Required work:
Please repeat the records exactly from their first line, finishing at the line containing "v 19.803 0 -8.234" and including it.

Stored items:

..........

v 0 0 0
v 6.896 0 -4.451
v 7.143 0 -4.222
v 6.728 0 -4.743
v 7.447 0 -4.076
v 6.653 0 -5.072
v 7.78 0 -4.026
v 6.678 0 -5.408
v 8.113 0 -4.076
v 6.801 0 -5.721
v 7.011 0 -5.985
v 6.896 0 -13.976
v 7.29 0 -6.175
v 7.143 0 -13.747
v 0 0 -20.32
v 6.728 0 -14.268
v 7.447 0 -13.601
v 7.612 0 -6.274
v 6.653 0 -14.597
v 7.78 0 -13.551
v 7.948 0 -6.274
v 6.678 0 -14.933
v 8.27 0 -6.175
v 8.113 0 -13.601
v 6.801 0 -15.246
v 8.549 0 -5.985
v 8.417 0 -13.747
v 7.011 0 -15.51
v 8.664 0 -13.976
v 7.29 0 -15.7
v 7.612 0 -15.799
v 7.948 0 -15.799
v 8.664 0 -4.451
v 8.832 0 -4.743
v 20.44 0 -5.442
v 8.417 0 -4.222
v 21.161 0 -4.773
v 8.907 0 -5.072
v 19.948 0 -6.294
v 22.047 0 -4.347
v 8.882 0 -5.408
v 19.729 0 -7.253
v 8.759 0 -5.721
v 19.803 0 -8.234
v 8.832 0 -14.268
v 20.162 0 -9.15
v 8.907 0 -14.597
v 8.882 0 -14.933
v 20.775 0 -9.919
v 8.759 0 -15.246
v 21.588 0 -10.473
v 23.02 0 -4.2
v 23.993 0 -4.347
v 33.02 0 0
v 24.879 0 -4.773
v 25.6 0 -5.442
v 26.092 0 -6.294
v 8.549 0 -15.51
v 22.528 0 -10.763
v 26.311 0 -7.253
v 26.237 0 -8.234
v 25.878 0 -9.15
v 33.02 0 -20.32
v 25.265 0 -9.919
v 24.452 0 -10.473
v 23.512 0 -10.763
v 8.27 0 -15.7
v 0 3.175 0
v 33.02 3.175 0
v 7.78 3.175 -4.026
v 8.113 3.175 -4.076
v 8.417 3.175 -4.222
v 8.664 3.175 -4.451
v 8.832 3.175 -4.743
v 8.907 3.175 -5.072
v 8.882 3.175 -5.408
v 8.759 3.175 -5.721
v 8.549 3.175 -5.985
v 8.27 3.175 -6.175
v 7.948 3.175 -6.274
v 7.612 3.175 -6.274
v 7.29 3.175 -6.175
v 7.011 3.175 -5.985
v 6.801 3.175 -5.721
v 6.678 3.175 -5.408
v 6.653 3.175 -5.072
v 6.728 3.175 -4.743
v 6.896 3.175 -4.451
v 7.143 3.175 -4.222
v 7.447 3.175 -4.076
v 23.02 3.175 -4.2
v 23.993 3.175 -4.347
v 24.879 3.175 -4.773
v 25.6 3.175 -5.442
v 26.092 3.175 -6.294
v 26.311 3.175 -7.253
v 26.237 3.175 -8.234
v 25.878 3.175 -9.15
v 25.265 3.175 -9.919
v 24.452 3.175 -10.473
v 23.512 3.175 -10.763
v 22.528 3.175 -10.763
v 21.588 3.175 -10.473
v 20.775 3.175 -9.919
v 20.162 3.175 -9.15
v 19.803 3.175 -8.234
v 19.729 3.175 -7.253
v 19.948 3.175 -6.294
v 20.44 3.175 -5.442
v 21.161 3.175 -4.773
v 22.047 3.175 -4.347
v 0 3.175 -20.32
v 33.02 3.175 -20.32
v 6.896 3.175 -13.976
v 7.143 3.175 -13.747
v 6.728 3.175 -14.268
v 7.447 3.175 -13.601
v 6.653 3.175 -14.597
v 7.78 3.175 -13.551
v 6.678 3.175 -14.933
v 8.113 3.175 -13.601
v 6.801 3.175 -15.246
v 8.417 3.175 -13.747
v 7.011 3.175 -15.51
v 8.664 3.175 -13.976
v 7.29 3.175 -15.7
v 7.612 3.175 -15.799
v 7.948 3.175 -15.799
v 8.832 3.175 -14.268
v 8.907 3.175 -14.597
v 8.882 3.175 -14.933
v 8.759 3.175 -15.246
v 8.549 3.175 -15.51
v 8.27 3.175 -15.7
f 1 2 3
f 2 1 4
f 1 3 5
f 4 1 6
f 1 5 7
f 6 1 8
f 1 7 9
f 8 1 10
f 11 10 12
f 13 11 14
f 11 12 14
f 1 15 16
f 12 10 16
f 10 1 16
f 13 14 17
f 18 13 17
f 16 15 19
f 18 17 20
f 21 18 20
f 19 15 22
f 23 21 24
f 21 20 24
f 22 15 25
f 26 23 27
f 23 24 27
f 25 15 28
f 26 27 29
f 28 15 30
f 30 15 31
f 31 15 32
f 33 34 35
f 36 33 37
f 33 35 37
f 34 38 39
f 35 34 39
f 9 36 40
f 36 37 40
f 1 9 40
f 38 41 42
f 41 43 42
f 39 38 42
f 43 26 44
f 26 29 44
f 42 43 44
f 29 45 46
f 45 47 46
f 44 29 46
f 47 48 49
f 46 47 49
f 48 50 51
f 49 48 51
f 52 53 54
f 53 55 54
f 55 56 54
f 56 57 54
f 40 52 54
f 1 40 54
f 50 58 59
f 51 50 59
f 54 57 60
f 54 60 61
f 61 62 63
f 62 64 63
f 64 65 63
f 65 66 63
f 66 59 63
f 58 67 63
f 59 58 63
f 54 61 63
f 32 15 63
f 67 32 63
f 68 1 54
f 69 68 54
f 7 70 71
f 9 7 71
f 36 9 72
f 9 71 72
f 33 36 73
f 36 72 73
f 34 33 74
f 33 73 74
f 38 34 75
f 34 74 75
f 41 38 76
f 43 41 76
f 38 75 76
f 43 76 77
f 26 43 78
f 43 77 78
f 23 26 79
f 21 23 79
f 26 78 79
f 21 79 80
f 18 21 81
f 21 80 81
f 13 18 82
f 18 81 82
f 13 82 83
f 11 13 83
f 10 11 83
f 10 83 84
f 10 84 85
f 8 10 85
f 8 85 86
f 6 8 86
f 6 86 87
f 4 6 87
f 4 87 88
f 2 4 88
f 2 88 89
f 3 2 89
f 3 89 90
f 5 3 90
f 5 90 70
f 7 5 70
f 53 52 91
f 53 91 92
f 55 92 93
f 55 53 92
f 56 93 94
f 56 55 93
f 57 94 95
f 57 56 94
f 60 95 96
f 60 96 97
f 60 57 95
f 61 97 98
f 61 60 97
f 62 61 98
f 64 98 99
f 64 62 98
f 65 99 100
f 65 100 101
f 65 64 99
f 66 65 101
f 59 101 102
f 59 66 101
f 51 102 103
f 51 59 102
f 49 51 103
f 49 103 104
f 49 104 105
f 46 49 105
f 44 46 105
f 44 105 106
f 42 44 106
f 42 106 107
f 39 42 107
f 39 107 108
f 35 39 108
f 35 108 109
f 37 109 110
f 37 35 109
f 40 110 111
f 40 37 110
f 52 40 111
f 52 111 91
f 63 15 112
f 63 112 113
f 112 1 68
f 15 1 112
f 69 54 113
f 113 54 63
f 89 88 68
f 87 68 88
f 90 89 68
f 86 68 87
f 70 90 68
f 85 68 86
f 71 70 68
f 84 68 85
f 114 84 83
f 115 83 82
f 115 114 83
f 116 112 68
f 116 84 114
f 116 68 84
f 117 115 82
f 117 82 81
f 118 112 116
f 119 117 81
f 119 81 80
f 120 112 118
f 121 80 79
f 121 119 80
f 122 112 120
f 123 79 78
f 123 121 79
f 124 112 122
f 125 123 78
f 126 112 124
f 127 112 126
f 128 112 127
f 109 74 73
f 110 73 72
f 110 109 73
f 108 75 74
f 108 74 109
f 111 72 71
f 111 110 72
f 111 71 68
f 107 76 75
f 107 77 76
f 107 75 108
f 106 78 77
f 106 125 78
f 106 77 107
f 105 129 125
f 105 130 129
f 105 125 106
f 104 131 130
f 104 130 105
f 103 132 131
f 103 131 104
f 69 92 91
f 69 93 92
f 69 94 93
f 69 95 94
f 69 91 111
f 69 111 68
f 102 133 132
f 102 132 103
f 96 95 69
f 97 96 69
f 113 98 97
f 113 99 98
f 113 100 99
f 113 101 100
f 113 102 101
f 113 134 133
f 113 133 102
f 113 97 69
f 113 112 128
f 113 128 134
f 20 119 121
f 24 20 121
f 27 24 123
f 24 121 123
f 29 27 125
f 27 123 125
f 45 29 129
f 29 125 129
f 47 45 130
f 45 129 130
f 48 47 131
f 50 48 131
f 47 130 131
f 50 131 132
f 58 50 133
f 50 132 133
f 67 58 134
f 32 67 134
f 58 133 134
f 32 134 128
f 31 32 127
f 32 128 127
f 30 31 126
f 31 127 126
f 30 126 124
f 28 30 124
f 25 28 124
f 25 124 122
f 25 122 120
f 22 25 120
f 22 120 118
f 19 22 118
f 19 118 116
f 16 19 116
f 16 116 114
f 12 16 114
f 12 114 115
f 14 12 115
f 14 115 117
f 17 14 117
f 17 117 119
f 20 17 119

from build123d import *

# Parameters (mm, degrees)
SKETCH1_W           = 33.02
SKETCH1_H           = 20.32
SKETCH1_R           = 3.3
BOSS_EXTRUDE1_DEPTH = 3.175
SKETCH2_R           = 1.1303
CUT_EXTRUDE1_DEPTH  = 39.901200817


with BuildPart() as part:
    # Sketch1 → Boss-Extrude1 (new body)
    with BuildSketch(Plane(origin=(0, 0, 0), x_dir=(1, 0, 0), z_dir=(0, 1, 0))):
        with Locations((16.51, 10.16)):
            Rectangle(SKETCH1_W, SKETCH1_H)
        with Locations(Location((23.02, 7.5, 0), (0, 0, 270))):
            Circle(SKETCH1_R, mode=Mode.SUBTRACT)
    extrude(amount=BOSS_EXTRUDE1_DEPTH)

    # Sketch2 → Cut-Extrude1 (cut, through all)
    with BuildSketch(Plane(origin=(0, 3.175, 0), x_dir=(1, 0, 0), z_dir=(0, 1, 0))):
        with Locations(Location((7.78, 5.1562, 0), (0, 0, 270))):
            Circle(SKETCH2_R)
        with Locations(Location((7.78, 14.6812, 0), (0, 0, 270))):
            Circle(SKETCH2_R)
    extrude(amount=-CUT_EXTRUDE1_DEPTH, mode=Mode.SUBTRACT)


solid = part.part
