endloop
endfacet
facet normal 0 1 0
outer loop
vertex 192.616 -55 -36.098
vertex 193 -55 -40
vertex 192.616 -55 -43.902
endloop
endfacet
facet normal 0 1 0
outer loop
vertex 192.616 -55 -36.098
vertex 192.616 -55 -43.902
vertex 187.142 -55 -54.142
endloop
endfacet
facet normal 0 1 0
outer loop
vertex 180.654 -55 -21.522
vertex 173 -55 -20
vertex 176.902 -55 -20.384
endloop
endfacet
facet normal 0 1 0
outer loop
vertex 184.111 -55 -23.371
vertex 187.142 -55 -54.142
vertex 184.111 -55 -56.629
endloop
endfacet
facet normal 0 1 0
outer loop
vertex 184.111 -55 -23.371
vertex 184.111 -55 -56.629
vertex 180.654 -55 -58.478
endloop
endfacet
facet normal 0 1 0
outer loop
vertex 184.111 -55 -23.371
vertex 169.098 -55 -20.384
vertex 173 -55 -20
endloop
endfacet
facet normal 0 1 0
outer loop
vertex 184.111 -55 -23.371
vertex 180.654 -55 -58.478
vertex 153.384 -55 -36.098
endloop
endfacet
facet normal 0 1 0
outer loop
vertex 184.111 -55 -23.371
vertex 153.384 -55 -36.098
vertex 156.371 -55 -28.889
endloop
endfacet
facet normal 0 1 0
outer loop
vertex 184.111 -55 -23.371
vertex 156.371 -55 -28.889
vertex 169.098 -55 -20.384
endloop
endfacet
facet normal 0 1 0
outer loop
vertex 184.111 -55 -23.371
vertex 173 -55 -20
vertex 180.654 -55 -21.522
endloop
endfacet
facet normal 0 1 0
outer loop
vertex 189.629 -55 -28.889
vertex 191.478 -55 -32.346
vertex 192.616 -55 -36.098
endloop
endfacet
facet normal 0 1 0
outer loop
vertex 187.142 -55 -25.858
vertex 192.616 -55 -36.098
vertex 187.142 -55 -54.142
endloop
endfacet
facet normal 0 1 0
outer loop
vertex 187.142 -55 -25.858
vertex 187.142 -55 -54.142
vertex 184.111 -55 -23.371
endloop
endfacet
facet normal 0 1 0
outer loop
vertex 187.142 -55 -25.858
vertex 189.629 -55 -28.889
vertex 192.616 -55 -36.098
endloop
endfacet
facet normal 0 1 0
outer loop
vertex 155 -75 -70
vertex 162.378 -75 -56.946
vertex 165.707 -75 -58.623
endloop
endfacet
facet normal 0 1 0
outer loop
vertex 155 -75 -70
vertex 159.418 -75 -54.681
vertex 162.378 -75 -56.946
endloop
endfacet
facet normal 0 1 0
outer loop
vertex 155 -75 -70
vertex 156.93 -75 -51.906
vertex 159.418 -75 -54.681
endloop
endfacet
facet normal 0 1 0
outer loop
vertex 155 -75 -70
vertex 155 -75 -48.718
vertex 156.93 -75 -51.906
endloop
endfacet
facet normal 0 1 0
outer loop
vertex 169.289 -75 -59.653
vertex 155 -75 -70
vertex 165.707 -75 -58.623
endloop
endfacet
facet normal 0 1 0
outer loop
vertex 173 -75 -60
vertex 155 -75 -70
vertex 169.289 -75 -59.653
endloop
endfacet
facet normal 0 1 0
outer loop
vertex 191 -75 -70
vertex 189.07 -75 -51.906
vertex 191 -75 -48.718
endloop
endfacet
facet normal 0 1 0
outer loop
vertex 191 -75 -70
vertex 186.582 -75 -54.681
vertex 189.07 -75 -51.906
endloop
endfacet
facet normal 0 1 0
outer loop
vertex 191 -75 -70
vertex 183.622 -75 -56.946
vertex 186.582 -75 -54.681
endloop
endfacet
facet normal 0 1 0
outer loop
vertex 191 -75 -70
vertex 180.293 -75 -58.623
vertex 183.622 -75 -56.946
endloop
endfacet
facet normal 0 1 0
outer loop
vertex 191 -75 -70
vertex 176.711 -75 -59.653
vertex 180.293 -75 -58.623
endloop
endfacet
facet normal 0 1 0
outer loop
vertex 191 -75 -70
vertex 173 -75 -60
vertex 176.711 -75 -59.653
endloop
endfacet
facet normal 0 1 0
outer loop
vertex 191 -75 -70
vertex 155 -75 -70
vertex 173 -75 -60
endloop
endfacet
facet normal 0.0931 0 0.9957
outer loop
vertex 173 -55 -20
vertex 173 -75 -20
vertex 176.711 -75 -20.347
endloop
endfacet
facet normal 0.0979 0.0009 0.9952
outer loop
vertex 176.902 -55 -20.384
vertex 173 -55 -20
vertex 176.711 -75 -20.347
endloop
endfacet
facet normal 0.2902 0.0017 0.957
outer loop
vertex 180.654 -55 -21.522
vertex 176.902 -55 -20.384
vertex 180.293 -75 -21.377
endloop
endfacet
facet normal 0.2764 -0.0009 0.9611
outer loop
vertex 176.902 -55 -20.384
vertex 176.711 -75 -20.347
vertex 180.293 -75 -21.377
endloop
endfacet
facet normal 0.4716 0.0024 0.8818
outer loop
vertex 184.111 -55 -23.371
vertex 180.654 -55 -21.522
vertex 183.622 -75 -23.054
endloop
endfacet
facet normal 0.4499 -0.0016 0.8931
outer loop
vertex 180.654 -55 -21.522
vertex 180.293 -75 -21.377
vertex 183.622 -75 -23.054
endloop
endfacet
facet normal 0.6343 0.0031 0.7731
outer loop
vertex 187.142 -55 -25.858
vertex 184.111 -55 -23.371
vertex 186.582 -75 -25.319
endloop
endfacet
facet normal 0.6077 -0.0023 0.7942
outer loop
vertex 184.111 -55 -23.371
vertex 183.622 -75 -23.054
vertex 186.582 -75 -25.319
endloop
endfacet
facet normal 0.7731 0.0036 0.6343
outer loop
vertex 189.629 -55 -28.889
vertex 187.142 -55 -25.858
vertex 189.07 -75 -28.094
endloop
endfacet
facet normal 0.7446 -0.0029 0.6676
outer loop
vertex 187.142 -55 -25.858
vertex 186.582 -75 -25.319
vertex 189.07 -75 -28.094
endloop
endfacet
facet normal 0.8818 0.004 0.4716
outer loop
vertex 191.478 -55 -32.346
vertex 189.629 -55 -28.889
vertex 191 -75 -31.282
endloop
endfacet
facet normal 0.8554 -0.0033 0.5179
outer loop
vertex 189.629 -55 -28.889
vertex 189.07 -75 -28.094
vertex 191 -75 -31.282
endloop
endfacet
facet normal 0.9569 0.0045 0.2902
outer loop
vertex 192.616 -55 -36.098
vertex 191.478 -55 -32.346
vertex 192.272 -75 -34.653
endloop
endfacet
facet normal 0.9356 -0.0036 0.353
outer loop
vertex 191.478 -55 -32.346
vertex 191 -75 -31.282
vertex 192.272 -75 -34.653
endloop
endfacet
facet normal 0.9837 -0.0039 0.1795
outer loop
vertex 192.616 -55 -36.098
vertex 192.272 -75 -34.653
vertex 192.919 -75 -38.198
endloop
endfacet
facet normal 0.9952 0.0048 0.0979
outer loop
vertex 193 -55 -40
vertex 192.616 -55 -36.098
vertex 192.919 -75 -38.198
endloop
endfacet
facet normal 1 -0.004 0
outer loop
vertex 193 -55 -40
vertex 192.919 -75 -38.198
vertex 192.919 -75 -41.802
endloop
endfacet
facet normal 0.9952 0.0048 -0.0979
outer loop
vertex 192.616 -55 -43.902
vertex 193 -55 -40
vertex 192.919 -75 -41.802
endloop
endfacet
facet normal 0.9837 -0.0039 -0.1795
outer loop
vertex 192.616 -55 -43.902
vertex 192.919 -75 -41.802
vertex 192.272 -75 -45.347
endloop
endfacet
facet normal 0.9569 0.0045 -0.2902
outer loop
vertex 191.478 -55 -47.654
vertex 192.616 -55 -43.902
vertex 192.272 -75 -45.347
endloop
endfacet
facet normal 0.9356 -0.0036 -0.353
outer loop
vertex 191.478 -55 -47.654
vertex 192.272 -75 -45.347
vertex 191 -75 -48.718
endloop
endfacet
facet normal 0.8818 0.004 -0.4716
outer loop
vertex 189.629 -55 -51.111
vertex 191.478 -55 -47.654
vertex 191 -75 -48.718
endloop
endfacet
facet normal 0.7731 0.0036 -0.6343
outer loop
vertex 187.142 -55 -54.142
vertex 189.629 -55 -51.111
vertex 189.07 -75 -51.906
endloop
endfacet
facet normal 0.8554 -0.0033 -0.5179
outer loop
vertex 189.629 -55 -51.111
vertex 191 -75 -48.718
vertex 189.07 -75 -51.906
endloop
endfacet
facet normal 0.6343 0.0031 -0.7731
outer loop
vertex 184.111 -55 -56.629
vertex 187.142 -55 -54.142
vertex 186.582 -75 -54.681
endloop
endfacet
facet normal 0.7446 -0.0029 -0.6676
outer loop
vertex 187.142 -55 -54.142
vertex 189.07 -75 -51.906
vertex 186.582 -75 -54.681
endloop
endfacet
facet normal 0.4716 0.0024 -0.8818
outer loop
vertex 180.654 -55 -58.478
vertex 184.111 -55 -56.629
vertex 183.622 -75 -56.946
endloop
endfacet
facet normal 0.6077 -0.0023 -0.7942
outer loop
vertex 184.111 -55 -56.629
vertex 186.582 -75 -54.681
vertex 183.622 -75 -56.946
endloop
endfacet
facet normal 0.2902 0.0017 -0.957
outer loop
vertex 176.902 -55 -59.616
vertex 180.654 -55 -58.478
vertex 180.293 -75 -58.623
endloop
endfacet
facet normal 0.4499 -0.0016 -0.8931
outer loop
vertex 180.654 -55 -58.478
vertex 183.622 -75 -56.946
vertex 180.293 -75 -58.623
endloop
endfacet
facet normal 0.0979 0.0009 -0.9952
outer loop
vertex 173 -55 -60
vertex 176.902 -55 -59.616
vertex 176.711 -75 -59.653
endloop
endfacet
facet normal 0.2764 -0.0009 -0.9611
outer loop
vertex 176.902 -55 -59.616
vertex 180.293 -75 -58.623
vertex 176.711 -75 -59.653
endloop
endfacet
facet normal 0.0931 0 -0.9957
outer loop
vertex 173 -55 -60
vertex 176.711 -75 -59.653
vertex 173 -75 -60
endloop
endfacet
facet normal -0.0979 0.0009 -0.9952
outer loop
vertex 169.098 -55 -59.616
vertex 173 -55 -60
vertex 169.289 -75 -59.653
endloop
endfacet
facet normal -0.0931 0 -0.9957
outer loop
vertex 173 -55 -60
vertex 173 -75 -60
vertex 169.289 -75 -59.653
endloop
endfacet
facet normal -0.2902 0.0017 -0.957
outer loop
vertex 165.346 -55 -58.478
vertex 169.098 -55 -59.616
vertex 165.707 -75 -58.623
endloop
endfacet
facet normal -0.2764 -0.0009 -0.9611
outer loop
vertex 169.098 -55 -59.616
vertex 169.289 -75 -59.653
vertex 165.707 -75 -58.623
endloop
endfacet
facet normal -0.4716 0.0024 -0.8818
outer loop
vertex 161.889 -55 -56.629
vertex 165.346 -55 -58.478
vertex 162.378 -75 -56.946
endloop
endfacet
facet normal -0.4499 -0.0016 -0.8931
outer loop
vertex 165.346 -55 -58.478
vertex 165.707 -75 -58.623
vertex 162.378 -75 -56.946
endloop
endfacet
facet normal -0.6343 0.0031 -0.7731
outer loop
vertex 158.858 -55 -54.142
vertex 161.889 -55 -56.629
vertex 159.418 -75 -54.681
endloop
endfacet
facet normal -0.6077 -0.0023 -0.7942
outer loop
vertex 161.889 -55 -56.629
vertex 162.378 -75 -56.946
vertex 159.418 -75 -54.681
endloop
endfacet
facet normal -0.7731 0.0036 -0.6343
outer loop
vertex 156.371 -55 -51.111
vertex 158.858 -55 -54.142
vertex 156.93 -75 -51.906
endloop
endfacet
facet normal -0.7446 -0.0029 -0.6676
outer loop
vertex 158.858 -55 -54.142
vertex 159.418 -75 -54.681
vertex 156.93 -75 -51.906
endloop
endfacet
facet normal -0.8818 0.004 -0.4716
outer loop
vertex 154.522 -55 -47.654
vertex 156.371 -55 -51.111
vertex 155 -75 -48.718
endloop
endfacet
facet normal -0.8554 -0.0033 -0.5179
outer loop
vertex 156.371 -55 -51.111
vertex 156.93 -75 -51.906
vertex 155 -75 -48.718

..........

Exercise answer:
v 0 0 0
v 6.896 0 -4.451
v 7.143 0 -4.222
v 6.728 0 -4.743
v 7.447 0 -4.076
v 6.653 0 -5.072
v 7.78 0 -4.026
v 6.678 0 -5.408
v 8.113 0 -4.076
v 6.801 0 -5.721
v 7.011 0 -5.985
v 6.896 0 -13.976
v 7.29 0 -6.175
v 7.143 0 -13.747
v 0 0 -20.32
v 6.728 0 -14.268
v 7.447 0 -13.601
v 7.612 0 -6.274
v 6.653 0 -14.597
v 7.78 0 -13.551
v 7.948 0 -6.274
v 6.678 0 -14.933
v 8.27 0 -6.175
v 8.113 0 -13.601
v 6.801 0 -15.246
v 8.549 0 -5.985
v 8.417 0 -13.747
v 7.011 0 -15.51
v 8.664 0 -13.976
v 7.29 0 -15.7
v 7.612 0 -15.799
v 7.948 0 -15.799
v 8.664 0 -4.451
v 8.832 0 -4.743
v 20.44 0 -5.442
v 8.417 0 -4.222
v 21.161 0 -4.773
v 8.907 0 -5.072
v 19.948 0 -6.294
v 22.047 0 -4.347
v 8.882 0 -5.408
v 19.729 0 -7.253
v 8.759 0 -5.721
v 19.803 0 -8.234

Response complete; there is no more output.